You can control this behavior with the :config option in Net::SSH.start:

true (default): Load default OpenSSH configuration files.
false: Do not load any configuration files.
String or Array of Strings: Load only the specified configuration file(s).

# Disable loading any config files
Net::SSH.start('host', 'user', config: false)

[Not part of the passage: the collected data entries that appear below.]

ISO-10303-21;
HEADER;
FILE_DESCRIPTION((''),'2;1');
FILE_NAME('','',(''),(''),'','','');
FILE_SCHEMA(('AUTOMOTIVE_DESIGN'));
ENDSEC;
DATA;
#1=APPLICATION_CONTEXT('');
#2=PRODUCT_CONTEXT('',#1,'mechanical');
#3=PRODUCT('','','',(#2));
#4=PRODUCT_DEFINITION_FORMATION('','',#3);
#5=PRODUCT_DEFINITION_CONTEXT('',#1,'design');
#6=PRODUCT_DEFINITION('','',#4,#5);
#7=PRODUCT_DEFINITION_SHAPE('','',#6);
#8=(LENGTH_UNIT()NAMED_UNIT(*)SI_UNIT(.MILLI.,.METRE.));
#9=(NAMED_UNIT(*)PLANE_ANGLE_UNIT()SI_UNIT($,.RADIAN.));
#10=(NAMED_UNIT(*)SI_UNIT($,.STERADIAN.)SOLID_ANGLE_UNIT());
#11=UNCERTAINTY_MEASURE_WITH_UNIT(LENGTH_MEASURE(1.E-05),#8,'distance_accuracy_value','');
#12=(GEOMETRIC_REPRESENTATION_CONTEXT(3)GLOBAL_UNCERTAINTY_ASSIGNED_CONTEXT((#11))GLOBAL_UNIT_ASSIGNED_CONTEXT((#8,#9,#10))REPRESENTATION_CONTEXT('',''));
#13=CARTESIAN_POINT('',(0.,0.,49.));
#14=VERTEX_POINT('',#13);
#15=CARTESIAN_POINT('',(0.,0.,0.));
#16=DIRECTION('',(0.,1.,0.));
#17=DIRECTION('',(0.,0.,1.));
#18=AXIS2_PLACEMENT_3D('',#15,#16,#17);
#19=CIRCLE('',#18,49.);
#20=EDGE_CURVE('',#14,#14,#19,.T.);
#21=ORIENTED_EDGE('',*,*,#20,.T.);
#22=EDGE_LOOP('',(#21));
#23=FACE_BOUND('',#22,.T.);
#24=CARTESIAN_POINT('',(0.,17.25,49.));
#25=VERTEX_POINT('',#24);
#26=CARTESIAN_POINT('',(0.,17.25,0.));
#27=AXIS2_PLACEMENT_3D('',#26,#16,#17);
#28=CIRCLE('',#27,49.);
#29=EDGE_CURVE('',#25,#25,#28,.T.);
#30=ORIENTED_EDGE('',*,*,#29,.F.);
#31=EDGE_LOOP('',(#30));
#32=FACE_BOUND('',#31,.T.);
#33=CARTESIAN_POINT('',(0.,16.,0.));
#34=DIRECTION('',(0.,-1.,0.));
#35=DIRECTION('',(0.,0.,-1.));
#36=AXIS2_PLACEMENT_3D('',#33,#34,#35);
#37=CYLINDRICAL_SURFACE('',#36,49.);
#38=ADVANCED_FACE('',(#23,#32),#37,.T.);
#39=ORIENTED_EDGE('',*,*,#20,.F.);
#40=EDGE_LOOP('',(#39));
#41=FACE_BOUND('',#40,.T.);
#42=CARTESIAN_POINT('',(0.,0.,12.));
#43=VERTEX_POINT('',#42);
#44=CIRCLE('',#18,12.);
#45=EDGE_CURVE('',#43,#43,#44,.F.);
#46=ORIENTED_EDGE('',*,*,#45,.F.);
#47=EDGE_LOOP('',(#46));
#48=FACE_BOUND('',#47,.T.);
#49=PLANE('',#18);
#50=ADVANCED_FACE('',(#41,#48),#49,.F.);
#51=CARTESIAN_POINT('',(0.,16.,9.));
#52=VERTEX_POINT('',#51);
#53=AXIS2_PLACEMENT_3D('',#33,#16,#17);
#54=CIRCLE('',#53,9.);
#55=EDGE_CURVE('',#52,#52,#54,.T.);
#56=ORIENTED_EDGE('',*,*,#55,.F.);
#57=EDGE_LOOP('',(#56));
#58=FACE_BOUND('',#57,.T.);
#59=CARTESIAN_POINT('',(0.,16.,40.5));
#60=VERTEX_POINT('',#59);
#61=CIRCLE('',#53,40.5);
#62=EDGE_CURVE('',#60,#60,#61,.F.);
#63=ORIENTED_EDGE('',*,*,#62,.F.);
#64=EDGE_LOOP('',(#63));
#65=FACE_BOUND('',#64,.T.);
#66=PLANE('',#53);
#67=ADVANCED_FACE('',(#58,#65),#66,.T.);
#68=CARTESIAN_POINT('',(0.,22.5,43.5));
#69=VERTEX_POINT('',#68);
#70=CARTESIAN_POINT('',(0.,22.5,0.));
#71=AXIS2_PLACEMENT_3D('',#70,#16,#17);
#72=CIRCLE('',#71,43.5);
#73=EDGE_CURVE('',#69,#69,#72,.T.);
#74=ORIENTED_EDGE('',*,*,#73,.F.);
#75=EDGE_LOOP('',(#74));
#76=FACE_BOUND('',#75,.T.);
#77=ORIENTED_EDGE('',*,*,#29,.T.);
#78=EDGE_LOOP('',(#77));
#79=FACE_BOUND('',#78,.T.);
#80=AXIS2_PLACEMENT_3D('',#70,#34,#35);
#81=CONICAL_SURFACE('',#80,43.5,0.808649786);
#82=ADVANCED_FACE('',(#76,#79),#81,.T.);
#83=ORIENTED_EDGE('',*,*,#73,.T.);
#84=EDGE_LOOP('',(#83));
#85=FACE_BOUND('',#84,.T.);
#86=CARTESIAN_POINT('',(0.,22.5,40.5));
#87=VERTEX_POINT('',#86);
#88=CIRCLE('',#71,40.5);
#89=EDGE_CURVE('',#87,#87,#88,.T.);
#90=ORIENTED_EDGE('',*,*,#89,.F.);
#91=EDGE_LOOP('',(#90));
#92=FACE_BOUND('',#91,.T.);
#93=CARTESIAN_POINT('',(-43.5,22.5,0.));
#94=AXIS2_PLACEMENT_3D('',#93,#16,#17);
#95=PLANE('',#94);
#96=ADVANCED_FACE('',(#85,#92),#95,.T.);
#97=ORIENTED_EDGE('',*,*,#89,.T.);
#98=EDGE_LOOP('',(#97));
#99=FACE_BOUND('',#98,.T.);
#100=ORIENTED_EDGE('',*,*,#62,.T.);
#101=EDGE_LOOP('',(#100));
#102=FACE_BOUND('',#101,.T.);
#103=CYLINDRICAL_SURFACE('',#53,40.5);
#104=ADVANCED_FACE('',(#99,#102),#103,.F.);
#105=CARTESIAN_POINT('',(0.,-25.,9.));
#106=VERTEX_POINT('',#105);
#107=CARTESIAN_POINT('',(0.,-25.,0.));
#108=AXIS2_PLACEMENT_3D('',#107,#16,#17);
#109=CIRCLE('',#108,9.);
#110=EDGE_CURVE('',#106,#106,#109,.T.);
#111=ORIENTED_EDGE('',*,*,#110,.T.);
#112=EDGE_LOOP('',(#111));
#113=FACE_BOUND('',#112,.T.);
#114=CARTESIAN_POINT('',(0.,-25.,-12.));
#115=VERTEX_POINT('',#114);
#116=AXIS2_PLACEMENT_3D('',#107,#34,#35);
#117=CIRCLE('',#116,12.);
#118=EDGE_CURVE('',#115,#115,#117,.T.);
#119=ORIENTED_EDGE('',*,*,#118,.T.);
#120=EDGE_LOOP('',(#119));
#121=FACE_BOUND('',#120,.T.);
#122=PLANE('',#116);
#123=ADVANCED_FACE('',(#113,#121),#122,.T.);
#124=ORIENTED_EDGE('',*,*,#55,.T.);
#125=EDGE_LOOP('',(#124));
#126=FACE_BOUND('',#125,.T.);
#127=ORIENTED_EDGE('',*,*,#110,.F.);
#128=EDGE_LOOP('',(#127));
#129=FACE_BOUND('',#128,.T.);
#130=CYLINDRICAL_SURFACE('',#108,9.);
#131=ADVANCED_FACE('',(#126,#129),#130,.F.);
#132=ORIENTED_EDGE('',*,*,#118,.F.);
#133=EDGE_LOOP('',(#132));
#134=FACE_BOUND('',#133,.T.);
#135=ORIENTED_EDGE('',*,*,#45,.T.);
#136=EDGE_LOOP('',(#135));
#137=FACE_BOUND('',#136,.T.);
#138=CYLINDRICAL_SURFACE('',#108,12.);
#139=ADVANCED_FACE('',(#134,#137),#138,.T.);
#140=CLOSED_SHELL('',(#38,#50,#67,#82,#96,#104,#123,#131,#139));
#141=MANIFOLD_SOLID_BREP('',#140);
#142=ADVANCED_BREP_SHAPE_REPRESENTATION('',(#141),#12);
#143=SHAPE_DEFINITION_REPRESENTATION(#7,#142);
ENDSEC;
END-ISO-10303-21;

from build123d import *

# Parameters (mm, degrees)
SKETCH1_R           = 49
BOSS_EXTRUDE1_DEPTH = 16
SKETCH3_R           = 12
BOSS_EXTRUDE2_DEPTH = 25
SKETCH4_R           = 9
CUT_EXTRUDE1_DEPTH  = 42


with BuildPart() as part:
    # Sketch1 → Boss-Extrude1 (new body)
    with BuildSketch(Plane(origin=(0, 0, 0), x_dir=(1, 0, 0), z_dir=(0, 1, 0))):
        Circle(SKETCH1_R)
    extrude(amount=BOSS_EXTRUDE1_DEPTH)

    # Sketch2 → Revolve1 (revolve)
    with BuildSketch(Plane.XY):
        Polygon((-43.5, 22.5), (-40.5, 22.5), (-40.5, 16), (-49, 16), (-49, 17.25), align=None)
    revolve(axis=Axis((0, 16, 0), (0, -1, 0)))

    # Sketch3 → Boss-Extrude2 (add)
    with BuildSketch(Plane.XZ):
        Circle(SKETCH3_R)
    extrude(amount=BOSS_EXTRUDE2_DEPTH)

    # Sketch4 → Cut-Extrude1 (cut, through all)
    with BuildSketch(Plane(origin=(0, 16, 0), x_dir=(1, 0, 0), z_dir=(0, 1, 0))):
        Circle(SKETCH4_R)
    extrude(amount=-CUT_EXTRUDE1_DEPTH, mode=Mode.SUBTRACT)


solid = part.part
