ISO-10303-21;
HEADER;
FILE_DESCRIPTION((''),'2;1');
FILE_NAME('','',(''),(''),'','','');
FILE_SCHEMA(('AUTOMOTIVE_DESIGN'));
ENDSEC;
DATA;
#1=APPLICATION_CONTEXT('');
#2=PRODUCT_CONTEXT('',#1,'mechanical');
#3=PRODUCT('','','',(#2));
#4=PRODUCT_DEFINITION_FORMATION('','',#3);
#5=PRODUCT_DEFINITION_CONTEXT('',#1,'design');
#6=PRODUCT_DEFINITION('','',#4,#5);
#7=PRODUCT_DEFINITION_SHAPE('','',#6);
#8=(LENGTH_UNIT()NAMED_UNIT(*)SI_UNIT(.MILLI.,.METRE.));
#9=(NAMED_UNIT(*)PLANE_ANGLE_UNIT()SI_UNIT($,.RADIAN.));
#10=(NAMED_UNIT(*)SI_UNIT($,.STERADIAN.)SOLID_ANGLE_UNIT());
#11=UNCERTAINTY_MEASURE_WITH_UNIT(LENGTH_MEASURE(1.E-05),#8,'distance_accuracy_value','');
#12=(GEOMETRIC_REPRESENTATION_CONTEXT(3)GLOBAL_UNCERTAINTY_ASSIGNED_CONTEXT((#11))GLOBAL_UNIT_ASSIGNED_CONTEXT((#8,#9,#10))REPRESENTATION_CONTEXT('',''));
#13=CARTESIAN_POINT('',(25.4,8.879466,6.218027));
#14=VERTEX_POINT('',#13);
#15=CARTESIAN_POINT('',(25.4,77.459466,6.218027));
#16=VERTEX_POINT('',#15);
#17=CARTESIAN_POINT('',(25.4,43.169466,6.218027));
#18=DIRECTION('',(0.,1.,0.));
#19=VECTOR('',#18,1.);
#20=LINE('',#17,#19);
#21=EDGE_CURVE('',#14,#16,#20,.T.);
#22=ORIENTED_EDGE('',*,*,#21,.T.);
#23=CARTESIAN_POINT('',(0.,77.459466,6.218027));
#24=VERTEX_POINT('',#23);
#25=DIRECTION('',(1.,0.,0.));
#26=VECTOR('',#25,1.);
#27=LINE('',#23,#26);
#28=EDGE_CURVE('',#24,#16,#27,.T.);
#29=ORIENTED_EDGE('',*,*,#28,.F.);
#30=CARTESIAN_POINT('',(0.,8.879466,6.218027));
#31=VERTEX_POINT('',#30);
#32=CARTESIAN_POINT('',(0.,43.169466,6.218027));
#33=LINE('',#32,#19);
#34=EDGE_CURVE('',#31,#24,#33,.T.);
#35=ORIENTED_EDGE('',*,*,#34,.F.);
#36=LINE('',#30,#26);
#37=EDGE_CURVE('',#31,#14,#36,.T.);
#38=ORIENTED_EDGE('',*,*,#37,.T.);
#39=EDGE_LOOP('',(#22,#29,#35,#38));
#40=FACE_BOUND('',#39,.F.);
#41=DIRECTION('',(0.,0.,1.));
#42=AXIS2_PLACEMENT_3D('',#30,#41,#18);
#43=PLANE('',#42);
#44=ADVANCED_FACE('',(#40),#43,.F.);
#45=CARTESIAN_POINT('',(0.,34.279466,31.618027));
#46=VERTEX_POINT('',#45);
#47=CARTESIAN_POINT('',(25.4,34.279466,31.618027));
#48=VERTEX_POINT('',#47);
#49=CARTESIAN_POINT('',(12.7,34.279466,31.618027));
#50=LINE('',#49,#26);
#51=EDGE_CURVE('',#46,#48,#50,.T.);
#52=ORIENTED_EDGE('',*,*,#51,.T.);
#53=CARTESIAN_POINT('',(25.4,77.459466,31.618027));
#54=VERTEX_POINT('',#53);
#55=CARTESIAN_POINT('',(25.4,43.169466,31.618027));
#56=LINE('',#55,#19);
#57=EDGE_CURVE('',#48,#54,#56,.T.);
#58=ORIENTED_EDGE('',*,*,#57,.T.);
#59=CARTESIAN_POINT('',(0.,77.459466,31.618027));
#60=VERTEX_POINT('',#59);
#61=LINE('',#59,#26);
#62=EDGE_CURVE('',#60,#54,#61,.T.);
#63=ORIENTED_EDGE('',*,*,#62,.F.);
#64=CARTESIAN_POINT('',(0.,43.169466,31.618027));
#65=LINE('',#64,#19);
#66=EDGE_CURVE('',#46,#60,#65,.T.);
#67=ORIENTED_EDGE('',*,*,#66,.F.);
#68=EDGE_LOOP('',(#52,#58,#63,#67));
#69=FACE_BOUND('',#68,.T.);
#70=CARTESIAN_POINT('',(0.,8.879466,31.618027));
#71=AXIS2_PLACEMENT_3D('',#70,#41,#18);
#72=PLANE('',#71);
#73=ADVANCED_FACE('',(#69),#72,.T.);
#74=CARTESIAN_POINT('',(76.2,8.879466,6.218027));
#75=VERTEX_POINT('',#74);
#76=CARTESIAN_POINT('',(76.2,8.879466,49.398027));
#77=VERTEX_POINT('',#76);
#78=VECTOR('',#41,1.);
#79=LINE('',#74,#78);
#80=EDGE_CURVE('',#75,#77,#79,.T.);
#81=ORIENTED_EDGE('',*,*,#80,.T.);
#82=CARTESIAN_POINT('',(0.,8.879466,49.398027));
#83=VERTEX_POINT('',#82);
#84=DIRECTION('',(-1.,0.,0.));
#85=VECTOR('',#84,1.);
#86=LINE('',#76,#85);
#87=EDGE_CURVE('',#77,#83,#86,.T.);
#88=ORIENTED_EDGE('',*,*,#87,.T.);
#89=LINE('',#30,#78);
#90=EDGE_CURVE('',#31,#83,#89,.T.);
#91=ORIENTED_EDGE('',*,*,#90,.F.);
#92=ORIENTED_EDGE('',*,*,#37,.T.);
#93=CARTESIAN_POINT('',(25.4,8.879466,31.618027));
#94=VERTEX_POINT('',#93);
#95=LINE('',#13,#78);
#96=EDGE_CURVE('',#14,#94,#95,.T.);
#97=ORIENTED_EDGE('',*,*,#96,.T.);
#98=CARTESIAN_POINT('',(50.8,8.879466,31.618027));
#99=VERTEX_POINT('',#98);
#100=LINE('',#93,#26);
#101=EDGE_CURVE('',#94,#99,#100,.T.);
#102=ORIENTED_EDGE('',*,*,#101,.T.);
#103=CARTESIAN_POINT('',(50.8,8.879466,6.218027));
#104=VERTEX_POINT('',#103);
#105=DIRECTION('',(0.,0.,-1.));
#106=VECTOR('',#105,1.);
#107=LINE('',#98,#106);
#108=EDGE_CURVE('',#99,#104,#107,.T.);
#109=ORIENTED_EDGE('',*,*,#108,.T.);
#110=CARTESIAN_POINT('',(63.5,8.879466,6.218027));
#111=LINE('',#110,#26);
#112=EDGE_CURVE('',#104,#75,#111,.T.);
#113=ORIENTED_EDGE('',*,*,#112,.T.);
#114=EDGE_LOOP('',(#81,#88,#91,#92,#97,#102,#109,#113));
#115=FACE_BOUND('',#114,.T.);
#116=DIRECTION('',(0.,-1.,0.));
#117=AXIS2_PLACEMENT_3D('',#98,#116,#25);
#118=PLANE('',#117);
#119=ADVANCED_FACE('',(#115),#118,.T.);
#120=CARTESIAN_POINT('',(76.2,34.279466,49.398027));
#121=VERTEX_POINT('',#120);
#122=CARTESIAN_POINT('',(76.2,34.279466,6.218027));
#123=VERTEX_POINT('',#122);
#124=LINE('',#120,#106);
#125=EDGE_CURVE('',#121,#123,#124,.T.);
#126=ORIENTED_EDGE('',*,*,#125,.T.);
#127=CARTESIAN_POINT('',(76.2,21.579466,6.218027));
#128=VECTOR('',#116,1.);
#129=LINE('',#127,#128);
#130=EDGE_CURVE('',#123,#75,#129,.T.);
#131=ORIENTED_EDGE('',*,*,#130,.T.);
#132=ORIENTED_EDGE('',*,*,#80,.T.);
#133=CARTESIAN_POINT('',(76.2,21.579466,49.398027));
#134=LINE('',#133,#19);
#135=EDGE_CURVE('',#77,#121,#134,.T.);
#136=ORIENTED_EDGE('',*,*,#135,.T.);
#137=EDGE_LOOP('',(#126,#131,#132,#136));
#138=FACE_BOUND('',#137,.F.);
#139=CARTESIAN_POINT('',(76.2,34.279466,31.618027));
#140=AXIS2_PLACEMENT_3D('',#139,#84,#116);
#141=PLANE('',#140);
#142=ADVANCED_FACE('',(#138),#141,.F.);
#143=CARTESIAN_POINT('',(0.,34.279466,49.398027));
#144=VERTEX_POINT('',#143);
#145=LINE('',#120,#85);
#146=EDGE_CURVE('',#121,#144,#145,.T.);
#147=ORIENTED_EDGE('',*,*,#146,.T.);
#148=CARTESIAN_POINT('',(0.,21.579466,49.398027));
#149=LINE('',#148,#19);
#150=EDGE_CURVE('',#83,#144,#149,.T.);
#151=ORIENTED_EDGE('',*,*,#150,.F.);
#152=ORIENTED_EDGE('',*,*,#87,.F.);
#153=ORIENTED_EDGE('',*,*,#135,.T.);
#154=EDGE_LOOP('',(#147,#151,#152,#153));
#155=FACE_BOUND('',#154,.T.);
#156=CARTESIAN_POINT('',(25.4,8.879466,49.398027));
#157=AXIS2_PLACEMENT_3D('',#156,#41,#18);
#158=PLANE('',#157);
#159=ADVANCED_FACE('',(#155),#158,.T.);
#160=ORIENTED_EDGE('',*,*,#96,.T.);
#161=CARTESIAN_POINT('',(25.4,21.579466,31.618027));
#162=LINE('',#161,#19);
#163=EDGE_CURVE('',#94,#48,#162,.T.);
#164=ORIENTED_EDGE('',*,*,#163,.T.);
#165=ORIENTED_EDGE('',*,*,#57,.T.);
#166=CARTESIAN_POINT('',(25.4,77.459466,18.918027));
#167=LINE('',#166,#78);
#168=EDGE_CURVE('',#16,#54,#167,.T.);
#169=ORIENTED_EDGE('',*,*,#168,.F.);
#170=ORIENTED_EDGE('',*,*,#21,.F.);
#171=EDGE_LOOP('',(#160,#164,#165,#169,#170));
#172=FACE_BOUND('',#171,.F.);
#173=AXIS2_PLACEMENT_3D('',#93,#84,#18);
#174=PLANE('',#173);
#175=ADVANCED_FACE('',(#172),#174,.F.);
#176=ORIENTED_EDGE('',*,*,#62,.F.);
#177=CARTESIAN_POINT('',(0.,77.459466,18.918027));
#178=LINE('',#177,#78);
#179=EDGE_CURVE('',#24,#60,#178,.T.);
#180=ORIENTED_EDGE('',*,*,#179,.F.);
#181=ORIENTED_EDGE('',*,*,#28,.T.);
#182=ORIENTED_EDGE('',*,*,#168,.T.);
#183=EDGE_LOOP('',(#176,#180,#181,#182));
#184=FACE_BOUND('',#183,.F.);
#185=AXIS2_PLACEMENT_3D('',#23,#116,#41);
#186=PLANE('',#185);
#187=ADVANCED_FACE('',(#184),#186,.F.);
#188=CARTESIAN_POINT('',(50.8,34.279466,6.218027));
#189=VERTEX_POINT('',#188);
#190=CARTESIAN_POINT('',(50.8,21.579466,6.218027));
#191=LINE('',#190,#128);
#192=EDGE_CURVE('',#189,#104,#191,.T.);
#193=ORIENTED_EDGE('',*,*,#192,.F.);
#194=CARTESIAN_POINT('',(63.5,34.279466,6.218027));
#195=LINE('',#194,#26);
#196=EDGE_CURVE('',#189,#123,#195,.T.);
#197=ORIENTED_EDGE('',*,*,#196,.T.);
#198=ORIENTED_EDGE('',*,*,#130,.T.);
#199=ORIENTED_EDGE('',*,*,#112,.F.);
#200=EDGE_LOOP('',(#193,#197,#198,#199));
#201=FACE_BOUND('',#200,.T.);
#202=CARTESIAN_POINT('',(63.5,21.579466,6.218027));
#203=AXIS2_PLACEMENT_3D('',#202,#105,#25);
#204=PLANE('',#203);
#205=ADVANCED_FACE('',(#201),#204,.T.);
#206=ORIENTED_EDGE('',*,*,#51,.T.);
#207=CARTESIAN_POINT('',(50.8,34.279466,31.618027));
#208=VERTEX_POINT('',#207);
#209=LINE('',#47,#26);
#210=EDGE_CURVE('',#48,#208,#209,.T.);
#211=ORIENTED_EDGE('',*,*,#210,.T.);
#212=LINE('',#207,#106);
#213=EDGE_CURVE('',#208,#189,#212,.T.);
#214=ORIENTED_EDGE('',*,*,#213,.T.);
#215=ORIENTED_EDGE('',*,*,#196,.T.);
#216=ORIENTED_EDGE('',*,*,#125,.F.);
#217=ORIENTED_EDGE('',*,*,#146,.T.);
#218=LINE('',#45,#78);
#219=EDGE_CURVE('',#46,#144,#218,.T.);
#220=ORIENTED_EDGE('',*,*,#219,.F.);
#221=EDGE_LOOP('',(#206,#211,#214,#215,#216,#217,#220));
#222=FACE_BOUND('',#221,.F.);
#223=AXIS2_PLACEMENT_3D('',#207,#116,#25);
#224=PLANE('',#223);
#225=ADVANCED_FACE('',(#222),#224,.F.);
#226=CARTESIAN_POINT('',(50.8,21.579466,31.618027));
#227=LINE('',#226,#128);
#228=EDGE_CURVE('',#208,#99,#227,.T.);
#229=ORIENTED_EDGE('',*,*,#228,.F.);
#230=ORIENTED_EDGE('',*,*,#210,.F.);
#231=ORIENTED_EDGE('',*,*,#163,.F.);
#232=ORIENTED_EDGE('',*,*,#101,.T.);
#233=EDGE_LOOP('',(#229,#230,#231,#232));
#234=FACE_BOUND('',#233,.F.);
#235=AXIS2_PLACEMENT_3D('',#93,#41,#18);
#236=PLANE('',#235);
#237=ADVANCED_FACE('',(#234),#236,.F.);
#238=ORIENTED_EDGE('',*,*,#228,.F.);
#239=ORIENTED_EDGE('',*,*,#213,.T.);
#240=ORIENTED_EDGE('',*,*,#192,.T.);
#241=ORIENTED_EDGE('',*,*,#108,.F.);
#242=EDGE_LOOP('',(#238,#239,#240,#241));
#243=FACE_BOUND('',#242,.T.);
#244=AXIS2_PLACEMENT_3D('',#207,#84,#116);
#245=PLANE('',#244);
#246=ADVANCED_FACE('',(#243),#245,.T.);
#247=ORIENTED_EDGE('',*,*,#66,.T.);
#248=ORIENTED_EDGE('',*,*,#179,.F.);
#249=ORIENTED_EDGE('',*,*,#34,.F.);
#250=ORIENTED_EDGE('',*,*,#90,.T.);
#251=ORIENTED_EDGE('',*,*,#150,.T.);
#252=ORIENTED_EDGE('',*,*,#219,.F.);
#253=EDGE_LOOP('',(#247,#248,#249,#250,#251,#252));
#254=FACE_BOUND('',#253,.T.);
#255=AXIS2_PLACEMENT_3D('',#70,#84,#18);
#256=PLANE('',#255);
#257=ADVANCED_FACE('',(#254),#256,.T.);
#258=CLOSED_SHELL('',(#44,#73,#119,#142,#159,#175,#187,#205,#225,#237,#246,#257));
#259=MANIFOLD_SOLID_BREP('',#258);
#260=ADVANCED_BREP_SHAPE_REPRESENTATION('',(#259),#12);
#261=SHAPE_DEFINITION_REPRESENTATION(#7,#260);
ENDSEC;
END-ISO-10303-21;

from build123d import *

# Parameters (mm, degrees)
F0_W     = 68.58
F0_H     = 25.4
F1_DEPTH = 25.4
F2_W     = 25.4
F2_H     = 25.4
F3_DEPTH = 17.78
F4_W     = 25.4
F4_H     = 17.78
F5_DEPTH = 50.8
F6_W     = 25.4
F6_H     = 25.4
F7_DEPTH = 25.4


with BuildPart() as f1:
    # F0 (on Right) → F1 (new body)
    with BuildSketch(Plane.YZ):
        with Locations((43.169466, 18.918027)):
            Rectangle(F0_W, F0_H)
    extrude(amount=F1_DEPTH)

    # F2 (on face) → F3 (join)
    with BuildSketch(Plane.XY.offset(31.618027)):
        with Locations((12.7, 21.579466)):
            Rectangle(F2_W, F2_H)
    extrude(amount=F3_DEPTH)

    # F4 (on face) → F5 (join)
    with BuildSketch(Plane.YZ.offset(25.4)):
        with Locations((21.579466, 40.508027)):
            Rectangle(F4_W, F4_H)
    extrude(amount=F5_DEPTH)

    # F6 (on face) → F7 (join)
    with BuildSketch(Plane(origin=(0, 0, 31.618027), x_dir=(1, 0, 0), z_dir=(0, 0, -1))):
        with Locations((63.5, -21.579466)):
            Rectangle(F6_W, F6_H)
    extrude(amount=F7_DEPTH)


solid = f1.part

# Load only a specific project configuration file
Net::SSH.start('host', 'user', config: 'conf/ssh_config')

Supported Directives

Net::SSH supports a subset of the most common OpenSSH directives. Here is the list of supported keywords and how they map to Net::SSH options:

OpenSSH Directive	Net::SSH Option	Notes
`BindAddress`	`:bind_address`	The local IP address to bind to when connecting.
`ChallengeResponseAuthentication`	`:auth_methods`	Enables `keyboard-interactive`.
`KbdInteractiveAuthentication`	`:auth_methods`	Enables `keyboard-interactive`.
`CertificateFile`	`:keycerts`	Path to a certificate file.
`CheckHostIP`	`:check_host_ip`	Whether to check the host IP in `known_hosts`.
`Ciphers`	`:encryption`	A comma-separated list of preferred ciphers.
`Compression`	`:compression`	Enables compression (`yes`/`no`).
`CompressionLevel`	`:compression_level`	Compression level (1-9).
`ConnectTimeout`	`:timeout`	Connection timeout in seconds.
`FingerprintHash`	`:fingerprint_hash`	Algorithm for fingerprints (`MD5` or `SHA256`).
`ForwardAgent`	`:forward_agent`	Enables SSH agent forwarding (`yes`/`no`).
`GlobalKnownHostsFile`	`:global_known_hosts_file`	Path to the global known hosts file.
`HostBasedAuthentication`	`:auth_methods`	Enables `hostbased` authentication.
`HostKeyAlgorithms`	`:host_key`	A comma-separated list of preferred host key algorithms.
`HostKeyAlias`	`:host_key_alias`	Alias to use when looking up the host key.
`HostName`	`:host_name`	The real hostname to connect to. Supports `%h` substitution.
`IdentityAgent`	`:identity_agent`	Path to the SSH agent socket.
`IdentityFile`	`:keys`	Path to a private key file.
`IdentitiesOnly`	`:keys_only`	Use only keys from `IdentityFile` (`yes`/`no`).
`Macs`	`:hmac`	A comma-separated list of preferred HMAC algorithms.
`NumberOfPasswordPrompts`	`:number_of_password_prompts`	How many times to prompt for a password.
`PasswordAuthentication`	`:auth_methods`	Enables `password` authentication.
`Port`	`:port`	The port to connect to.
`PreferredAuthentications`	`:auth_methods`	A comma-separated list of preferred authentication methods.
`ProxyCommand`	`:proxy`	A command to execute to connect to the server.
`ProxyJump`	`:proxy`	A jump host to proxy through.
`PubKeyAuthentication`	`:auth_methods`	Enables `publickey` authentication.
`RekeyLimit`	`:rekey_limit`	Maximum data to transfer before rekeying (e.g., `1G`, `256M`).
`SendEnv`	`:send_env`	A space-separated list of environment variables to send.
`SetEnv`	`:set_env`	A space-separated list of `KEY=value` pairs to set.
`StrictHostKeyChecking`	`:verify_host_key`	Controls host key verification (`yes`, `no`, `accept-new`).
`User`	`:user`	The username to log in with.
`UserKnownHostsFile`	`:user_known_hosts_file`	Path to the user's known hosts file.
`Include`		Includes configuration from other files.